◆ PROBLEM TO SOLVE: In the records below, some lines hold the word "ThreePointArc". Copy each of those lines.

Dataset entries

━━━━━━━━━━━━━━━━

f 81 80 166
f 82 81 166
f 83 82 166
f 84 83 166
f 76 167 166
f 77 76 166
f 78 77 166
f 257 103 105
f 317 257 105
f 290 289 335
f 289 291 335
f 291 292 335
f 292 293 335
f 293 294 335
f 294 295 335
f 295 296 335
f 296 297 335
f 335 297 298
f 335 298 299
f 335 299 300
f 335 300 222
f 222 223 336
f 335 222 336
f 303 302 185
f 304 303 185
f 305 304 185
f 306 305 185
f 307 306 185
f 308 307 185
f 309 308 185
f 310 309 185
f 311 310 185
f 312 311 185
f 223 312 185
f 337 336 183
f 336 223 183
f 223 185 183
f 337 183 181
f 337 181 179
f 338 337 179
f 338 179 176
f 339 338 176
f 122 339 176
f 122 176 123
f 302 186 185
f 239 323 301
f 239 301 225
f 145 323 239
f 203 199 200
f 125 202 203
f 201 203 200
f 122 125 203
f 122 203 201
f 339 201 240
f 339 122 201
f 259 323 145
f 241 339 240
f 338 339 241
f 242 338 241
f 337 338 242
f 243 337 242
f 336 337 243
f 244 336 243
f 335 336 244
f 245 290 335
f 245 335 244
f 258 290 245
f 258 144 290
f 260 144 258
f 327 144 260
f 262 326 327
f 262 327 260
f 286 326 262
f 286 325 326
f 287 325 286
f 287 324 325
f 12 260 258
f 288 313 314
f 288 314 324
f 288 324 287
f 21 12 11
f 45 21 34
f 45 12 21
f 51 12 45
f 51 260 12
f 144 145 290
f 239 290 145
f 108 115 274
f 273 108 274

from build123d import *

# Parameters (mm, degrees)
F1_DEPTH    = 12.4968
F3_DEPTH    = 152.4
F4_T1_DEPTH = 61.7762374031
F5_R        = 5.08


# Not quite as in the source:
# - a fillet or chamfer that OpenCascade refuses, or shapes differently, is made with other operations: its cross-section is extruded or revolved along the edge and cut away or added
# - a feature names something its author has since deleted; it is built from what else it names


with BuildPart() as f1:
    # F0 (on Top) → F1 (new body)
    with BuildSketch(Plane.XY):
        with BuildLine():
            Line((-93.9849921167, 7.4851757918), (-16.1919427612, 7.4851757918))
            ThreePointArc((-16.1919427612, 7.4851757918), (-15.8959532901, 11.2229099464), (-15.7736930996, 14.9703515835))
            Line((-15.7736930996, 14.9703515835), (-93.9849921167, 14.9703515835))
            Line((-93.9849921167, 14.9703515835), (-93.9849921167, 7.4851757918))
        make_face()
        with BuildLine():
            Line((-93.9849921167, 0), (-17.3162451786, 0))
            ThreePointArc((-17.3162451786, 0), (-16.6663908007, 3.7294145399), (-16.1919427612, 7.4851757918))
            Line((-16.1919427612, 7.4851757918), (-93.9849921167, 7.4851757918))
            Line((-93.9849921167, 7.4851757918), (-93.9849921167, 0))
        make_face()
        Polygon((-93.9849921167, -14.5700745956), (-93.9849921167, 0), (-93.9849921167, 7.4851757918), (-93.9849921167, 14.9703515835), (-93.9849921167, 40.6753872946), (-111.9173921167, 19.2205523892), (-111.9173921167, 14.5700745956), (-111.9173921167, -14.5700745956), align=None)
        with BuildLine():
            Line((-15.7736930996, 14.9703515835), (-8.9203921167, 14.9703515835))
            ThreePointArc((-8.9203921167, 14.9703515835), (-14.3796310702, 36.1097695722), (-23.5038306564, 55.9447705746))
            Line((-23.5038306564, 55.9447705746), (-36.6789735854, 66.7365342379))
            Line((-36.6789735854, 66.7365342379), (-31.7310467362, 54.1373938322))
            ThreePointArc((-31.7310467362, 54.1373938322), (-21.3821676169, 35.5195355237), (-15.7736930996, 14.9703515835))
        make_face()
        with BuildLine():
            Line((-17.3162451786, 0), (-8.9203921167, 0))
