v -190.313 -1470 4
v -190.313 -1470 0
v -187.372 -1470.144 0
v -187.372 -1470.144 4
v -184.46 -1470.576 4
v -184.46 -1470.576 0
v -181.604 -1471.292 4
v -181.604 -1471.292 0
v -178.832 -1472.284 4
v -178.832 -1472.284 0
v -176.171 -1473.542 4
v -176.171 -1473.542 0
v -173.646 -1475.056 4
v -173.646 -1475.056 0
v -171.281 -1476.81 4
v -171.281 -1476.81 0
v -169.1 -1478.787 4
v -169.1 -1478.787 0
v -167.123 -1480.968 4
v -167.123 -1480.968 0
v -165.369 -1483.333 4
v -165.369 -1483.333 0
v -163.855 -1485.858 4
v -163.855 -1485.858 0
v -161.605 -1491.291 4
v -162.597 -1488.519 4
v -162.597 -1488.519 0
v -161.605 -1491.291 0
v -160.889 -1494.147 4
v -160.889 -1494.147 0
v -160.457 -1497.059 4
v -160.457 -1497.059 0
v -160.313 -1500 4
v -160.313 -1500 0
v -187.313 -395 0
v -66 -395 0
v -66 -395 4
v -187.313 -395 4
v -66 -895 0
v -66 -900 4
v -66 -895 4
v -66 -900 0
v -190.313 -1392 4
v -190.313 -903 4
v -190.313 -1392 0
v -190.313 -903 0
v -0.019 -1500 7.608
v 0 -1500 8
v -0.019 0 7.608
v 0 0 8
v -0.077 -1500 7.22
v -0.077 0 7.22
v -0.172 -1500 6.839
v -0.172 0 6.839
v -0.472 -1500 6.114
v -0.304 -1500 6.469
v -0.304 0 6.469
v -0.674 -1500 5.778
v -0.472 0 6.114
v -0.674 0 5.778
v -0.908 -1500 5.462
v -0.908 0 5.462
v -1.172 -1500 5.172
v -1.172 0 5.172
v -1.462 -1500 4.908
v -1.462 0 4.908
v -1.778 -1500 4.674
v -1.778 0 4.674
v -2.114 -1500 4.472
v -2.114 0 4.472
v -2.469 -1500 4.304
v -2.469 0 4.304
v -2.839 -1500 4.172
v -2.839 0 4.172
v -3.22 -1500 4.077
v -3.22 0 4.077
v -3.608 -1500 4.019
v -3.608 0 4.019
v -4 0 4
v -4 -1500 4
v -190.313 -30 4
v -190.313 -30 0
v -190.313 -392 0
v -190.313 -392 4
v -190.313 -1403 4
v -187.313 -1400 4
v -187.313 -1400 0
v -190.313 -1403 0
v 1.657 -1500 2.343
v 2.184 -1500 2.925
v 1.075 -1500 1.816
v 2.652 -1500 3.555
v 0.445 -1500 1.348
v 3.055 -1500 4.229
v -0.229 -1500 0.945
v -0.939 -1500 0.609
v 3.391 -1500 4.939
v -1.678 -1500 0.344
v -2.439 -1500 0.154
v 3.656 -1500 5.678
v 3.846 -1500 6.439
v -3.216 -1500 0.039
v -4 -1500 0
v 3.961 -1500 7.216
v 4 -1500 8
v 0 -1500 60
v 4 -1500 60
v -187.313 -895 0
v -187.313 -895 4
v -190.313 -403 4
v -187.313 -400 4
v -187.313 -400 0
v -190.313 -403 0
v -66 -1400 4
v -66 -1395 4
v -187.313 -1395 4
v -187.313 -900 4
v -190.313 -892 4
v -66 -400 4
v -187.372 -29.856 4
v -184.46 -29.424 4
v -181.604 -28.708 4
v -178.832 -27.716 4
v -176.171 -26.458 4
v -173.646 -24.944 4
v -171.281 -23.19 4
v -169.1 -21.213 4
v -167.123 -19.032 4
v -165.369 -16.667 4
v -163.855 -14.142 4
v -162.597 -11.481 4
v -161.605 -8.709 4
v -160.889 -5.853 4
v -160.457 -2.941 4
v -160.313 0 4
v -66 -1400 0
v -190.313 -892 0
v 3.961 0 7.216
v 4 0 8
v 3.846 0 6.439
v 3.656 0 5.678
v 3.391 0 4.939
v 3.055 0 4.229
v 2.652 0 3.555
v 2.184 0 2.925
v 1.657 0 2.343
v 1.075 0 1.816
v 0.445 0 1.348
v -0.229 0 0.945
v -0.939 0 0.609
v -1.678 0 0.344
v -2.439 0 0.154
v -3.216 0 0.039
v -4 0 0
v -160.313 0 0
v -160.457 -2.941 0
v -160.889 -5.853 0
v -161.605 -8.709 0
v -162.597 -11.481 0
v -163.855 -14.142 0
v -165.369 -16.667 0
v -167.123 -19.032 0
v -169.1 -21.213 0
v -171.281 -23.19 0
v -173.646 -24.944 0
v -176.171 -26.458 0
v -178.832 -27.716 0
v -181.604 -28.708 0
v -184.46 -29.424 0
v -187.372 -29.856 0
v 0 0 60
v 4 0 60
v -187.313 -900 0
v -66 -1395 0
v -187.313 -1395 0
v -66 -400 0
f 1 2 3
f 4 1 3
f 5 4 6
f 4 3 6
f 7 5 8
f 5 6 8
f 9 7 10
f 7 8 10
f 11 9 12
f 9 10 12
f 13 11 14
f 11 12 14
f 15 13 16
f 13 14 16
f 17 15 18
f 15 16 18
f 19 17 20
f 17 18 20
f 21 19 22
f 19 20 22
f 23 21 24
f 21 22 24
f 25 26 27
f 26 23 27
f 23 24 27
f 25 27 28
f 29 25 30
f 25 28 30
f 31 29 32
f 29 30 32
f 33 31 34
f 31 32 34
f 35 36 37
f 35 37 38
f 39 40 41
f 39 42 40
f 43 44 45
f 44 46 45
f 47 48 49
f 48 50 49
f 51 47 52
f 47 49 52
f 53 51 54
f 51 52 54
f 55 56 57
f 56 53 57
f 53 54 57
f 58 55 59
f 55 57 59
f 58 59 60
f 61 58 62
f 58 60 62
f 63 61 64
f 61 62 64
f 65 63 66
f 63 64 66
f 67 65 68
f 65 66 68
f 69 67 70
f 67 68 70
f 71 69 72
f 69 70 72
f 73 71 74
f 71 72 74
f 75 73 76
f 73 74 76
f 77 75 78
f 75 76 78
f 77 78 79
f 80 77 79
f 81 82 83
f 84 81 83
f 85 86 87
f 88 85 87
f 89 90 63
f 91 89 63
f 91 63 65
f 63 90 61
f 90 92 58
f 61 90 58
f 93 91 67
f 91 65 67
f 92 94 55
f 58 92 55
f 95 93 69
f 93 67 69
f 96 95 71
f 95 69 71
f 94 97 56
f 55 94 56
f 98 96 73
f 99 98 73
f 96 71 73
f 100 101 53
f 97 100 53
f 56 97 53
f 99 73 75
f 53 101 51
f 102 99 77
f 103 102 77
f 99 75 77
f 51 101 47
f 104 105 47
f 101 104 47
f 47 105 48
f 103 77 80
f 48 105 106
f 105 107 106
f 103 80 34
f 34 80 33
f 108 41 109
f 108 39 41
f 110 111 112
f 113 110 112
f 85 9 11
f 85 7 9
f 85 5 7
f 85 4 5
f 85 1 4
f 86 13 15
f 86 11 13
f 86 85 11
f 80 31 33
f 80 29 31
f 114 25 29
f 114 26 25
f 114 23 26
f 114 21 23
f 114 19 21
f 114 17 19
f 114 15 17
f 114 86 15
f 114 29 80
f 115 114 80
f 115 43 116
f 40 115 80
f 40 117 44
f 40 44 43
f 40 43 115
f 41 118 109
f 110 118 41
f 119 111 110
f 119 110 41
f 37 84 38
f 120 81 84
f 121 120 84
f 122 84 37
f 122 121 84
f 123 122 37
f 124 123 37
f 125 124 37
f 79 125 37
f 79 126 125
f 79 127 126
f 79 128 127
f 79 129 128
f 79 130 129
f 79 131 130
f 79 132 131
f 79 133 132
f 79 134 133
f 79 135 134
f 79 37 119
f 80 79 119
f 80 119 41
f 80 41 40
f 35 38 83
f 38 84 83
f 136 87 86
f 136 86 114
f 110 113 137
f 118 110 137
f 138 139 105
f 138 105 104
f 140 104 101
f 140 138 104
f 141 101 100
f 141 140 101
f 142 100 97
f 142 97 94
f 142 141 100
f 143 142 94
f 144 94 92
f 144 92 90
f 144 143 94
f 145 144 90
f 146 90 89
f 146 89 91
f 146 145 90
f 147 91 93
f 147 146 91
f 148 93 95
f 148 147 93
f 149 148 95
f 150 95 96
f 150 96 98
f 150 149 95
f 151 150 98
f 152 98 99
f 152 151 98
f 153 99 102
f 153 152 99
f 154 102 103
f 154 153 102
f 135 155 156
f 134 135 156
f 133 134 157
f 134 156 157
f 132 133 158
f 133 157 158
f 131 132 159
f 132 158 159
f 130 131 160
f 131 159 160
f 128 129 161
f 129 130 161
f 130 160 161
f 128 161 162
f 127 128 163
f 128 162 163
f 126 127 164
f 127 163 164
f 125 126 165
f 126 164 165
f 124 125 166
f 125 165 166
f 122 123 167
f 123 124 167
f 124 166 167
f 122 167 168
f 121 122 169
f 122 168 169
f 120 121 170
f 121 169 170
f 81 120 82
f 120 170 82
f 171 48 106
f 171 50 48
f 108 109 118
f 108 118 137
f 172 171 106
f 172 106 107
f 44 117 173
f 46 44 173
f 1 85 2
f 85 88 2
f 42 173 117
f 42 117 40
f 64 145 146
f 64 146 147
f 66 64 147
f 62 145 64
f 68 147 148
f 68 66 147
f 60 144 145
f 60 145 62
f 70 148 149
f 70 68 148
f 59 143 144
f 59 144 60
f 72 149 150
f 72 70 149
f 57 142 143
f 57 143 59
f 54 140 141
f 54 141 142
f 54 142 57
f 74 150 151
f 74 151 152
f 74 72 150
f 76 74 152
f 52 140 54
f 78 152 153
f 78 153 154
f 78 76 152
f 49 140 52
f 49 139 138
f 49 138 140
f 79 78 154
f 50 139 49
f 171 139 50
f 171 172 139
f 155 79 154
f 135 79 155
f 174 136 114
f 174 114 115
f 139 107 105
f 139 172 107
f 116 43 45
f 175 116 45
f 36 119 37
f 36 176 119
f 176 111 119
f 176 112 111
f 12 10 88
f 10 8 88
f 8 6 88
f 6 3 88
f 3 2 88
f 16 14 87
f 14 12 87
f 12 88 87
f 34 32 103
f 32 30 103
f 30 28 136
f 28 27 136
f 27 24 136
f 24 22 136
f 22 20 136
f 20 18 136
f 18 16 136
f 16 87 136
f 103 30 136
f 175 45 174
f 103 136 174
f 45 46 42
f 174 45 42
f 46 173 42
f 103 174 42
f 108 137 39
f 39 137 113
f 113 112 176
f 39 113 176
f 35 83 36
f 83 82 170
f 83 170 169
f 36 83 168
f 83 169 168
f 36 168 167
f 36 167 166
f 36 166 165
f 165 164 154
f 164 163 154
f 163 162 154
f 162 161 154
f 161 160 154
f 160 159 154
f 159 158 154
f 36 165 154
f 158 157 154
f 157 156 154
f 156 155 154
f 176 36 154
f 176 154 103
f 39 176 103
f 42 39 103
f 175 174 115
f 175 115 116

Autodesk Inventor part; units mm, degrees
ref_plane "YZ Plane" through (0, 0, 0) normal (1, 0, 0) x (0, 1, 0)
ref_plane "XZ Plane" through (0, 0, 0) normal (0, 1, 0) x (-1, 0, 0)
ref_plane "XY Plane" through (0, 0, 0) normal (0, 0, 1) x (1, 0, 0)
sketch "Sketch1" plane through (0, 0, 0) normal (0, 0, 1) x (1, 0, 0)
  line L0 (0, 0) -> (-190.3129, 0)
  line L1 (-190.3129, 0) -> (-190.3129, -1500)
  line L2 (-190.3129, -1500) -> (0, -1500)
  line L3 (0, -1500) -> (0, 0)
  line L4 (-190.3129, -1400) -> (-66, -1400)
  line L5 (-66, -1400) -> (-66, -1395)
  line L6 (-66, -1395) -> (-190.3129, -1395)
  line L7 (-190.3129, -1395) -> (-190.3129, -1400)
  line L8 (-190.3129, -900) -> (-66, -900)
  line L9 (-66, -900) -> (-66, -895)
  line L10 (-66, -895) -> (-190.3129, -895)
  line L11 (-190.3129, -895) -> (-190.3129, -900)
  line L12 (-190.3129, -400) -> (-66, -400)
  line L13 (-66, -400) -> (-66, -395)
  line L14 (-66, -395) -> (-190.3129, -395)
  line L15 (-190.3129, -395) -> (-190.3129, -400)
  circle A0 centre (-190.3129, 0) radius 30
  circle A1 centre (-190.3129, -1500) radius 30
  point P0 (-190.3129, -395)
  point P1 (-190.3129, -400)
  point P2 (-190.3129, -1395)
  point P3 (-160.3129, 0)
  point P4 (-190.3129, -30)
  point P5 (-190.3129, -1470)
  point P6 (-160.3129, -1500)
  dimension "d0" = 1500
  dimension "d1" = 190.3129
  dimension "d2" = 5
  dimension "d4" = 100
  dimension "d7" = 500
  dimension "d23" = 66
  dimension "d24" = 60
extrude "Plate1" add sketch "Sketch1" along normal blind 4 contours L3 L2 A1 L1 L4 L5 L6 L8 L9 L10 L12 L13 L14 A0 L0
sketch "Sketch2" plane through (4, 0, 0) normal (-1, 0, 0) x (0, -1, 0)
  line L0 (1500, 0) -> (0, 0)
  line L1 (0, 0) -> (0, 60)
  line L2 (0, 60) -> (1500, 60)
  line L3 (1500, 60) -> (1500, 0)
edge flange "Flange1" height 60 angle 90 thickness 4 bend radius 4 thickness toward (-1, 0, 0) relief tear relief width 4 relief depth 2 edges at (0, -750, 4) wall of the first edge with corners at (4, -1500, 0) (4, 0, 0) (4, 0, 60) (4, -1500, 60)
bend "Bend1"
corner "Corner1"
chamfer "Corner Chamfer1" distance 3 angle 45 6 edges at (-190.3129, -1400, 2) (-190.3129, -1395, 2) (-190.3129, -900, 2) (-190.3129, -895, 2) (-190.3129, -395, 2) (-190.3129, -400, 2)
equation "\"d1\" = стрингер_глубина_1"
equation "\"d2\" = паз_под_стрингер_толщина"
equation "\"d23\" = паз_под_стрингер_глубина - Thickness"
equation "\"d24\" = 2 * радиус_выреза_под_сварку"
equation "\"d12\" = Thickness"
equation "\"d13\" = BendReliefWidth"
equation "\"d14\" = BendReliefDepth"
equation "\"d15\" = MinimumRemnant"
equation "\"d16\" = TransitionRadius"
equation "\"d17\" = ребро_усилителей"
equation "\"d19\" = BendRadius"
equation "\"d20\" = CornerReliefSize"
equation "\"d21\" = GapSize"
equation "\"d22\" = JacobiRadiusSize"
equation "\"BendRadius\" = Thickness"
equation "\"BendReliefWidth\" = Thickness"
equation "\"BendReliefDepth\" = 0.5 * Thickness"
equation "\"CornerReliefSize\" = 4 * Thickness"
equation "\"MinimumRemnant\" = 2 * Thickness"
equation "\"TransitionRadius\" = BendRadius"
equation "\"JacobiRadiusSize\" = BendRadius"
equation "\"GapSize\" = Thickness"
equation "\"стрингер_глубина_1\" = 190.312858"
equation "\"паз_под_стрингер_толщина\" = 5"
equation "\"паз_под_стрингер_глубина\" = 70"
equation "\"Thickness\" = 4"
equation "\"радиус_выреза_под_сварку\" = 30"
equation "\"ребро_усилителей\" = 60"
properties part number "01.3 GBK stringer 1" material "Steel"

━━━━━━━━━━━━━━━━

◆ ANSWER BELOW:
            ThreePointArc((-16.1919427612, 7.4851757918), (-15.8959532901, 11.2229099464), (-15.7736930996, 14.9703515835))
            ThreePointArc((-17.3162451786, 0), (-16.6663908007, 3.7294145399), (-16.1919427612, 7.4851757918))
            ThreePointArc((-8.9203921167, 14.9703515835), (-14.3796310702, 36.1097695722), (-23.5038306564, 55.9447705746))
            ThreePointArc((-31.7310467362, 54.1373938322), (-21.3821676169, 35.5195355237), (-15.7736930996, 14.9703515835))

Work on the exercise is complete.